The most common data type for tranSMART high dimensional data is mRNA expression, usually from microarray data. These are the oldest data loading procedures from which others have been derived for new data types.
Data values can be loaded in two ways, as raw data values or as log intensity values. In each case the other form has to be calculated on data loading, and Z-scores calculated. Data values can also be loaded as Z-scores bu thti sis not recommended as this leaves the raw and log intensity values empty and will break various features unless the user is aware of the missing data.
Data values are linked to a unique identifier, usually a probe ID from a microarray. A platform definition must first be loaded to map these IDs to gene identifiers. The gene locus name can then be used and disdplayed in analysis functions.
See The JnJ ETL: Guide for Gene Expression Data for a description of the data files for Kettle loading. These files can be placed in an appropriate directory structure for other data loading tools.
Using the make_expression_<STUDY> loader, the script launches is samples/(postgres|oracle)/load_expression.sh
This script checks the input values (STUDY_ID must match the first column of the mapping file).
When validated, the script launches Kettle load_gene_expression_data.kjb
The Kettle script is load_gene_expression_data.kjb
This script calls another job load_all_gene_expression_files_for_study.kjb
It also calls run_i2b2_process_mrna_data to run a stored procedure for data loading.
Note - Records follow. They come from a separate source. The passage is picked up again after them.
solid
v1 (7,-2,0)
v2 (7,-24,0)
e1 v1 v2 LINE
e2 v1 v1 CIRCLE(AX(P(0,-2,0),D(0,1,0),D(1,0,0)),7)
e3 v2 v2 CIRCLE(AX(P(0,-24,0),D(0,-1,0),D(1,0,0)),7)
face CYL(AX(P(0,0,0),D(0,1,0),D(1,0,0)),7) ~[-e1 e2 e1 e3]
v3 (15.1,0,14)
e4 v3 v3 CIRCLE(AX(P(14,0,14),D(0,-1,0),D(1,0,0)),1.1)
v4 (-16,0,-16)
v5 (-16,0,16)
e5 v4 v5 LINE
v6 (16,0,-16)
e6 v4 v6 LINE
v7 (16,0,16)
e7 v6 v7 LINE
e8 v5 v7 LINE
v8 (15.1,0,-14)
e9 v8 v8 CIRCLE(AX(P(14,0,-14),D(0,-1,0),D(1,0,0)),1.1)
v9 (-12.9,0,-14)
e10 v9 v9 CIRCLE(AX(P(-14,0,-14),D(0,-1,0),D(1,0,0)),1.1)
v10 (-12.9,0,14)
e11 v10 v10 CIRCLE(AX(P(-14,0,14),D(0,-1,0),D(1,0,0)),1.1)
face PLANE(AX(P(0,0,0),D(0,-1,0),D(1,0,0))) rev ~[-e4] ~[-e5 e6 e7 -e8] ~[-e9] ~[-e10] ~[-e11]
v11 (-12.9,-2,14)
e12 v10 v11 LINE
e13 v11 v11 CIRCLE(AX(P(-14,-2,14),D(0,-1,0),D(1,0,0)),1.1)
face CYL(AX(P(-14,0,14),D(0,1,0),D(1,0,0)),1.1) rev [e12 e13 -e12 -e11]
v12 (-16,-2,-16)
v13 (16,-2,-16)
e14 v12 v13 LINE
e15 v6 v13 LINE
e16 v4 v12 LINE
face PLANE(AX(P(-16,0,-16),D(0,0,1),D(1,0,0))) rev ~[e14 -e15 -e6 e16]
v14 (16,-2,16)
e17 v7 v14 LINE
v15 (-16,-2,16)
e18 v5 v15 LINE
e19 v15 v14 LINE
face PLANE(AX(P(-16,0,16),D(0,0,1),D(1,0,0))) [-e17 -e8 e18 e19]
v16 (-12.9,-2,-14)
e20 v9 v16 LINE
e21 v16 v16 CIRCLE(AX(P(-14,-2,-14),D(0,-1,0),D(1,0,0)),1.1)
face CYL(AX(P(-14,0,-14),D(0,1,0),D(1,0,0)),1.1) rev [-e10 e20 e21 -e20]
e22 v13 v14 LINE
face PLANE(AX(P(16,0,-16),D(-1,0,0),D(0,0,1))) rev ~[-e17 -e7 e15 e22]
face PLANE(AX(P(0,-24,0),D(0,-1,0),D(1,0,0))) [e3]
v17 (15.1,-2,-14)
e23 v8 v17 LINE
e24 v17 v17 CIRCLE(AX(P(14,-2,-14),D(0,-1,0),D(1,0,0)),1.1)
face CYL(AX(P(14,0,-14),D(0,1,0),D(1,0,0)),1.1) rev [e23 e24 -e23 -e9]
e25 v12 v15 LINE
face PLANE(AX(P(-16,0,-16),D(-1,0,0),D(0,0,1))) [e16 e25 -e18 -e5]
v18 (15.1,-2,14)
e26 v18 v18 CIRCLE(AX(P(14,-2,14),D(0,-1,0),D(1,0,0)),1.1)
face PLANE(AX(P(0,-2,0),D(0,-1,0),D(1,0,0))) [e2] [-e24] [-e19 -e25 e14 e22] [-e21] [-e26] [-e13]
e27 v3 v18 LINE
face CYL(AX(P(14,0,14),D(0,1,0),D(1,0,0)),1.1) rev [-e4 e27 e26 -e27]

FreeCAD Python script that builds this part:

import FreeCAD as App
import Part
import Sketcher

V = App.Vector
Q = App.Units.Quantity


def add_polygon(sketch, points):
    """Adds a closed chain of lines whose ends are joined by coincident constraints."""
    first, n = sketch.GeometryCount, len(points)
    for a, b in zip(points, points[1:] + points[:1]):
        sketch.addGeometry(Part.LineSegment(App.Vector(*a, 0), App.Vector(*b, 0)), False)
    for i in range(n):
        sketch.addConstraint(Sketcher.Constraint("Coincident", first + i, 2, first + (i + 1) % n, 1))

doc = App.newDocument("Part")
body = doc.addObject("PartDesign::Body", "Body")

sketch1 = body.newObject("Sketcher::SketchObject", "Sketch")
sketch1.AttachmentSupport = (doc.getObject("XZ_Plane"), [""])
sketch1.MapMode = "FlatFace"
add_polygon(sketch1, [(-16, 16), (-16, -16), (16, -16), (16, 16)])
sketch1.addGeometry(Part.Circle(V(-14, -14, 0), V(0, 0, 1), 1.1), False)
sketch1.addGeometry(Part.Circle(V(14, -14, 0), V(0, 0, 1), 1.1), False)
sketch1.addGeometry(Part.Circle(V(-14, 14, 0), V(0, 0, 1), 1.1), False)
sketch1.addGeometry(Part.Circle(V(14, 14, 0), V(0, 0, 1), 1.1), False)
sketch1.addConstraint([
    Sketcher.Constraint("Vertical", 0),
    Sketcher.Constraint("Horizontal", 1),
    Sketcher.Constraint("Vertical", 2),
    Sketcher.Constraint("Horizontal", 3),
    Sketcher.Constraint("Equal", 4, 5),
    Sketcher.Constraint("Equal", 5, 6),
    Sketcher.Constraint("Equal", 6, 7),
    Sketcher.Constraint("Symmetric", 5, 3, 6, 3, -1, 1),
    Sketcher.Constraint("Symmetric", 4, 3, 7, 3, -1, 1),
    Sketcher.Constraint("Symmetric", 0, 2, 2, 2, -1, 1),
    Sketcher.Constraint("Symmetric", 4, 3, 5, 3, -2),
    Sketcher.Constraint("Equal", 3, 0),
    Sketcher.Constraint("Diameter", 4, Q("2.2 mm")),
    Sketcher.Constraint("DistanceX", 1, 1, 1, 2, Q("32 mm")),
    Sketcher.Constraint("DistanceX", 4, 3, -1, 1, Q("14 mm")),
    Sketcher.Constraint("DistanceY", 4, 3, -1, 1, Q("14 mm")),
])
pad1 = body.newObject("PartDesign::Pad", "Pad")
pad1.Profile = sketch1
pad1.Length = 2

sketch2 = body.newObject("Sketcher::SketchObject", "Sketch001")
sketch2.AttachmentSupport = (doc.getObject("XZ_Plane"), [""])
sketch2.MapMode = "FlatFace"
sketch2.addGeometry(Part.Circle(V(0, 0, 0), V(0, 0, 1), 7), False)
sketch2.addConstraint([
    Sketcher.Constraint("Coincident", 0, 3, -1, 1),
    Sketcher.Constraint("Diameter", 0, Q("14 mm")),
])
pad2 = body.newObject("PartDesign::Pad", "Pad001")
pad2.Profile = sketch2
pad2.Length = 24

doc.recompute()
Other Kettle transform steps are for validation of inputs and writing to the audit log table.
There is a stored procedure tm_cz.i2b2_process_mrna_data for data loading which is used by Kettle and other ETL tools.
When loading data into temporary working zone table tm_wz.wt_subject_mrna_probeset and using raw data loading (DATA_TYPE=R) any value not greater than zero is ignored. For other data types this check is included later - the raw value is retained, and the log intensity calculation is adjusted.
This procedure validates data in temporary tables and loads into the database.
Data is stored in deapp.de_subject_microarray_data but this table is partitioned. In postgres, the partition number is written to the audit log during loading, and can be found in a message in tm_cz.cz_audit_log, with JOB_ID=the job ID reported by the loading job, and in the log file created in the expression directory, in the form:
Create partition deapp.de_subject_microarray_data_89
Subject/sample relations are in deapp.de_subject_sample_mapping
Patients (if not already defined by clinical data for the study) are added
Observations are created for the study and platform.
See i2b2-tranSMART Foundation Curated Data for over 200 studies with expression data from GEO, TCGA and other sources. These are ready to load with transmart-data.